**What this task involves:** From the first line to the last, transcribe the material exactly.

**The data:**
[Start of section]

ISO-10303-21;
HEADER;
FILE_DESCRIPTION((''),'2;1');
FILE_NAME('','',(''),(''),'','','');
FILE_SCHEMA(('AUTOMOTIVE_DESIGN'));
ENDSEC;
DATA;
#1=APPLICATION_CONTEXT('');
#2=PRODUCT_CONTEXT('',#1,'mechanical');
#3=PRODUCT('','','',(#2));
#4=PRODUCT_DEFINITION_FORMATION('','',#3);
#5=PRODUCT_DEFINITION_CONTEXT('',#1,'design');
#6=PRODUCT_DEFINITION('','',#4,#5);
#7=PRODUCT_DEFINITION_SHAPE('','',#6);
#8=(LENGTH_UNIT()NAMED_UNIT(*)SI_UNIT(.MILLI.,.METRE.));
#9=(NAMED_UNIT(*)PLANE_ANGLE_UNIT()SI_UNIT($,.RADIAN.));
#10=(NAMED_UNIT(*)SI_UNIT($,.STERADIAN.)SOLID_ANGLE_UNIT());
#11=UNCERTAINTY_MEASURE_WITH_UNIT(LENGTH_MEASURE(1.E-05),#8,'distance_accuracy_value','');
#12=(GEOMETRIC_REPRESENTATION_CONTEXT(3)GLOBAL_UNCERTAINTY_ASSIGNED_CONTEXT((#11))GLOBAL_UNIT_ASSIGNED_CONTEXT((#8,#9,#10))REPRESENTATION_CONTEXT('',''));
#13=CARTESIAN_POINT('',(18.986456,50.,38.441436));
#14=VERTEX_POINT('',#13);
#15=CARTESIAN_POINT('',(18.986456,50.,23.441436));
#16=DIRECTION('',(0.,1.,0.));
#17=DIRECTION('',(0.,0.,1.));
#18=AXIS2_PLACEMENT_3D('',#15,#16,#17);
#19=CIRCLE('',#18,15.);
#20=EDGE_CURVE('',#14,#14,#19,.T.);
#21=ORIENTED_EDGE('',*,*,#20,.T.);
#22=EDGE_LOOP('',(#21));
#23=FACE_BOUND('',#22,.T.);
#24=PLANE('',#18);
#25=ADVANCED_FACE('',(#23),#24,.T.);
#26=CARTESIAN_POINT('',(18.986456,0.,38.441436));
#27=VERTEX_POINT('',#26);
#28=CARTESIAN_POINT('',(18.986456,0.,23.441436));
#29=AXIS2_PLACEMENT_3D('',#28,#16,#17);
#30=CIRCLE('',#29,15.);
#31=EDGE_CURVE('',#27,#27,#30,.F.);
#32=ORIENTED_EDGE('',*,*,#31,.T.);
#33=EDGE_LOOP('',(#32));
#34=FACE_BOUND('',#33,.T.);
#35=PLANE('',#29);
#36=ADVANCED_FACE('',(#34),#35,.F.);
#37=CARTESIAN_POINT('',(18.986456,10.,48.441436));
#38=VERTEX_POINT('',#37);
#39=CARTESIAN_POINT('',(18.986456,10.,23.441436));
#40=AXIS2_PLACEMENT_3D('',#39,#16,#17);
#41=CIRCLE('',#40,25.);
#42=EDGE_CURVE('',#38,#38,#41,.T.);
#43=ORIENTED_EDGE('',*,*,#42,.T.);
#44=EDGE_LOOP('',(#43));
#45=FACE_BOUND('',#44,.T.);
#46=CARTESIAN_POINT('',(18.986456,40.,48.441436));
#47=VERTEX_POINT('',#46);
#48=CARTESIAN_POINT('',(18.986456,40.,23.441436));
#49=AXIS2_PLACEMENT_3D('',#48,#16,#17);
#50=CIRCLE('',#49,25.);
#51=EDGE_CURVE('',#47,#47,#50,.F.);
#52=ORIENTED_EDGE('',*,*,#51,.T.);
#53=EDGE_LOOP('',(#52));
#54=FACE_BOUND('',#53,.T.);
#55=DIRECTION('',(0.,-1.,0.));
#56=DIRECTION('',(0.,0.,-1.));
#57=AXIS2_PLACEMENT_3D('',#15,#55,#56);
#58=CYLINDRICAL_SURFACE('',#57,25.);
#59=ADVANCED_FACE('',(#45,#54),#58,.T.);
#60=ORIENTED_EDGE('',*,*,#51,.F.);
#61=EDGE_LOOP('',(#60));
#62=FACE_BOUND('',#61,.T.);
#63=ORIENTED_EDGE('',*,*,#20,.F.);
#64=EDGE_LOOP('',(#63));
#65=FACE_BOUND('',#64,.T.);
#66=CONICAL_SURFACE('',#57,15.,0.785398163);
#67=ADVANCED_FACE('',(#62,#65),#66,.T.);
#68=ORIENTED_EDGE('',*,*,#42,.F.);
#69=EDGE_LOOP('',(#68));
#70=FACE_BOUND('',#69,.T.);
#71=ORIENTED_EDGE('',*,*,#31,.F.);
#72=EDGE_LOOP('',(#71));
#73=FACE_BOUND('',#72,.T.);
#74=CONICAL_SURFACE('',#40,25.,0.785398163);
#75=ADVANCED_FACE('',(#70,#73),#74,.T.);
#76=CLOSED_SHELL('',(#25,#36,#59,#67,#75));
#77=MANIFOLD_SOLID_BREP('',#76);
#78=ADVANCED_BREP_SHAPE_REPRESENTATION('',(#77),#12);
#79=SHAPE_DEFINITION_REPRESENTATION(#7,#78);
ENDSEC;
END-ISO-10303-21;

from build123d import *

# Parameters (mm, degrees)
SKETCH1_R           = 25
BOSS_EXTRUDE4_DEPTH = 50
CHAMFER2_SIZE       = 10
CHAMFER3_SIZE       = 10


with BuildPart() as part:
    # Sketch1 → Boss-Extrude4 (new body)
    with BuildSketch(Plane(origin=(0, 0, 0), x_dir=(1, 0, 0), z_dir=(0, 1, 0))):
        with Locations(Location((18.986456029, -23.441436424, 0), (0, 0, 270))):
            Circle(SKETCH1_R)
    extrude(amount=BOSS_EXTRUDE4_DEPTH)

    # Chamfer2
    chamfer2_edges = [part.edges().sort_by_distance(p)[0] for p in [
        (18.986456029, 50, -1.558563576),
    ]]
    chamfer(chamfer2_edges, length=CHAMFER2_SIZE)

    # Chamfer3
    chamfer3_edges = [part.edges().sort_by_distance(p)[0] for p in [
        (18.986456029, 0, -1.558563576),
    ]]
    chamfer(chamfer3_edges, length=CHAMFER3_SIZE)


solid = part.part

[End of section]

**Response below:**
ISO-10303-21;
HEADER;
FILE_DESCRIPTION((''),'2;1');
FILE_NAME('','',(''),(''),'','','');
FILE_SCHEMA(('AUTOMOTIVE_DESIGN'));
ENDSEC;
DATA;
#1=APPLICATION_CONTEXT('');
#2=PRODUCT_CONTEXT('',#1,'mechanical');
#3=PRODUCT('','','',(#2));
#4=PRODUCT_DEFINITION_FORMATION('','',#3);
#5=PRODUCT_DEFINITION_CONTEXT('',#1,'design');
#6=PRODUCT_DEFINITION('','',#4,#5);
#7=PRODUCT_DEFINITION_SHAPE('','',#6);
#8=(LENGTH_UNIT()NAMED_UNIT(*)SI_UNIT(.MILLI.,.METRE.));
#9=(NAMED_UNIT(*)PLANE_ANGLE_UNIT()SI_UNIT($,.RADIAN.));
#10=(NAMED_UNIT(*)SI_UNIT($,.STERADIAN.)SOLID_ANGLE_UNIT());
#11=UNCERTAINTY_MEASURE_WITH_UNIT(LENGTH_MEASURE(1.E-05),#8,'distance_accuracy_value','');
#12=(GEOMETRIC_REPRESENTATION_CONTEXT(3)GLOBAL_UNCERTAINTY_ASSIGNED_CONTEXT((#11))GLOBAL_UNIT_ASSIGNED_CONTEXT((#8,#9,#10))REPRESENTATION_CONTEXT('',''));
#13=CARTESIAN_POINT('',(18.986456,50.,38.441436));
#14=VERTEX_POINT('',#13);
#15=CARTESIAN_POINT('',(18.986456,50.,23.441436));
#16=DIRECTION('',(0.,1.,0.));
#17=DIRECTION('',(0.,0.,1.));
#18=AXIS2_PLACEMENT_3D('',#15,#16,#17);
#19=CIRCLE('',#18,15.);
#20=EDGE_CURVE('',#14,#14,#19,.T.);
#21=ORIENTED_EDGE('',*,*,#20,.T.);
#22=EDGE_LOOP('',(#21));
#23=FACE_BOUND('',#22,.T.);
#24=PLANE('',#18);
#25=ADVANCED_FACE('',(#23),#24,.T.);
#26=CARTESIAN_POINT('',(18.986456,0.,38.441436));
#27=VERTEX_POINT('',#26);
#28=CARTESIAN_POINT('',(18.986456,0.,23.441436));
#29=AXIS2_PLACEMENT_3D('',#28,#16,#17);
#30=CIRCLE('',#29,15.);
#31=EDGE_CURVE('',#27,#27,#30,.F.);
#32=ORIENTED_EDGE('',*,*,#31,.T.);
#33=EDGE_LOOP('',(#32));
#34=FACE_BOUND('',#33,.T.);
#35=PLANE('',#29);
#36=ADVANCED_FACE('',(#34),#35,.F.);
#37=CARTESIAN_POINT('',(18.986456,10.,48.441436));
#38=VERTEX_POINT('',#37);
#39=CARTESIAN_POINT('',(18.986456,10.,23.441436));
#40=AXIS2_PLACEMENT_3D('',#39,#16,#17);
#41=CIRCLE('',#40,25.);
#42=EDGE_CURVE('',#38,#38,#41,.T.);
#43=ORIENTED_EDGE('',*,*,#42,.T.);
#44=EDGE_LOOP('',(#43));
#45=FACE_BOUND('',#44,.T.);
#46=CARTESIAN_POINT('',(18.986456,40.,48.441436));
#47=VERTEX_POINT('',#46);
#48=CARTESIAN_POINT('',(18.986456,40.,23.441436));
#49=AXIS2_PLACEMENT_3D('',#48,#16,#17);
#50=CIRCLE('',#49,25.);
#51=EDGE_CURVE('',#47,#47,#50,.F.);
#52=ORIENTED_EDGE('',*,*,#51,.T.);
#53=EDGE_LOOP('',(#52));
#54=FACE_BOUND('',#53,.T.);
#55=DIRECTION('',(0.,-1.,0.));
#56=DIRECTION('',(0.,0.,-1.));
#57=AXIS2_PLACEMENT_3D('',#15,#55,#56);
#58=CYLINDRICAL_SURFACE('',#57,25.);
#59=ADVANCED_FACE('',(#45,#54),#58,.T.);
#60=ORIENTED_EDGE('',*,*,#51,.F.);
#61=EDGE_LOOP('',(#60));
#62=FACE_BOUND('',#61,.T.);
#63=ORIENTED_EDGE('',*,*,#20,.F.);
#64=EDGE_LOOP('',(#63));
#65=FACE_BOUND('',#64,.T.);
#66=CONICAL_SURFACE('',#57,15.,0.785398163);
#67=ADVANCED_FACE('',(#62,#65),#66,.T.);
#68=ORIENTED_EDGE('',*,*,#42,.F.);
#69=EDGE_LOOP('',(#68));
#70=FACE_BOUND('',#69,.T.);
#71=ORIENTED_EDGE('',*,*,#31,.F.);
#72=EDGE_LOOP('',(#71));
#73=FACE_BOUND('',#72,.T.);
#74=CONICAL_SURFACE('',#40,25.,0.785398163);
#75=ADVANCED_FACE('',(#70,#73),#74,.T.);
#76=CLOSED_SHELL('',(#25,#36,#59,#67,#75));
#77=MANIFOLD_SOLID_BREP('',#76);
#78=ADVANCED_BREP_SHAPE_REPRESENTATION('',(#77),#12);
#79=SHAPE_DEFINITION_REPRESENTATION(#7,#78);
ENDSEC;
END-ISO-10303-21;

from build123d import *

# Parameters (mm, degrees)
SKETCH1_R           = 25
BOSS_EXTRUDE4_DEPTH = 50
CHAMFER2_SIZE       = 10
CHAMFER3_SIZE       = 10


with BuildPart() as part:
    # Sketch1 → Boss-Extrude4 (new body)
    with BuildSketch(Plane(origin=(0, 0, 0), x_dir=(1, 0, 0), z_dir=(0, 1, 0))):
        with Locations(Location((18.986456029, -23.441436424, 0), (0, 0, 270))):
            Circle(SKETCH1_R)
    extrude(amount=BOSS_EXTRUDE4_DEPTH)

    # Chamfer2
    chamfer2_edges = [part.edges().sort_by_distance(p)[0] for p in [
        (18.986456029, 50, -1.558563576),
    ]]
    chamfer(chamfer2_edges, length=CHAMFER2_SIZE)

    # Chamfer3
    chamfer3_edges = [part.edges().sort_by_distance(p)[0] for p in [
        (18.986456029, 0, -1.558563576),
    ]]
    chamfer(chamfer3_edges, length=CHAMFER3_SIZE)


solid = part.part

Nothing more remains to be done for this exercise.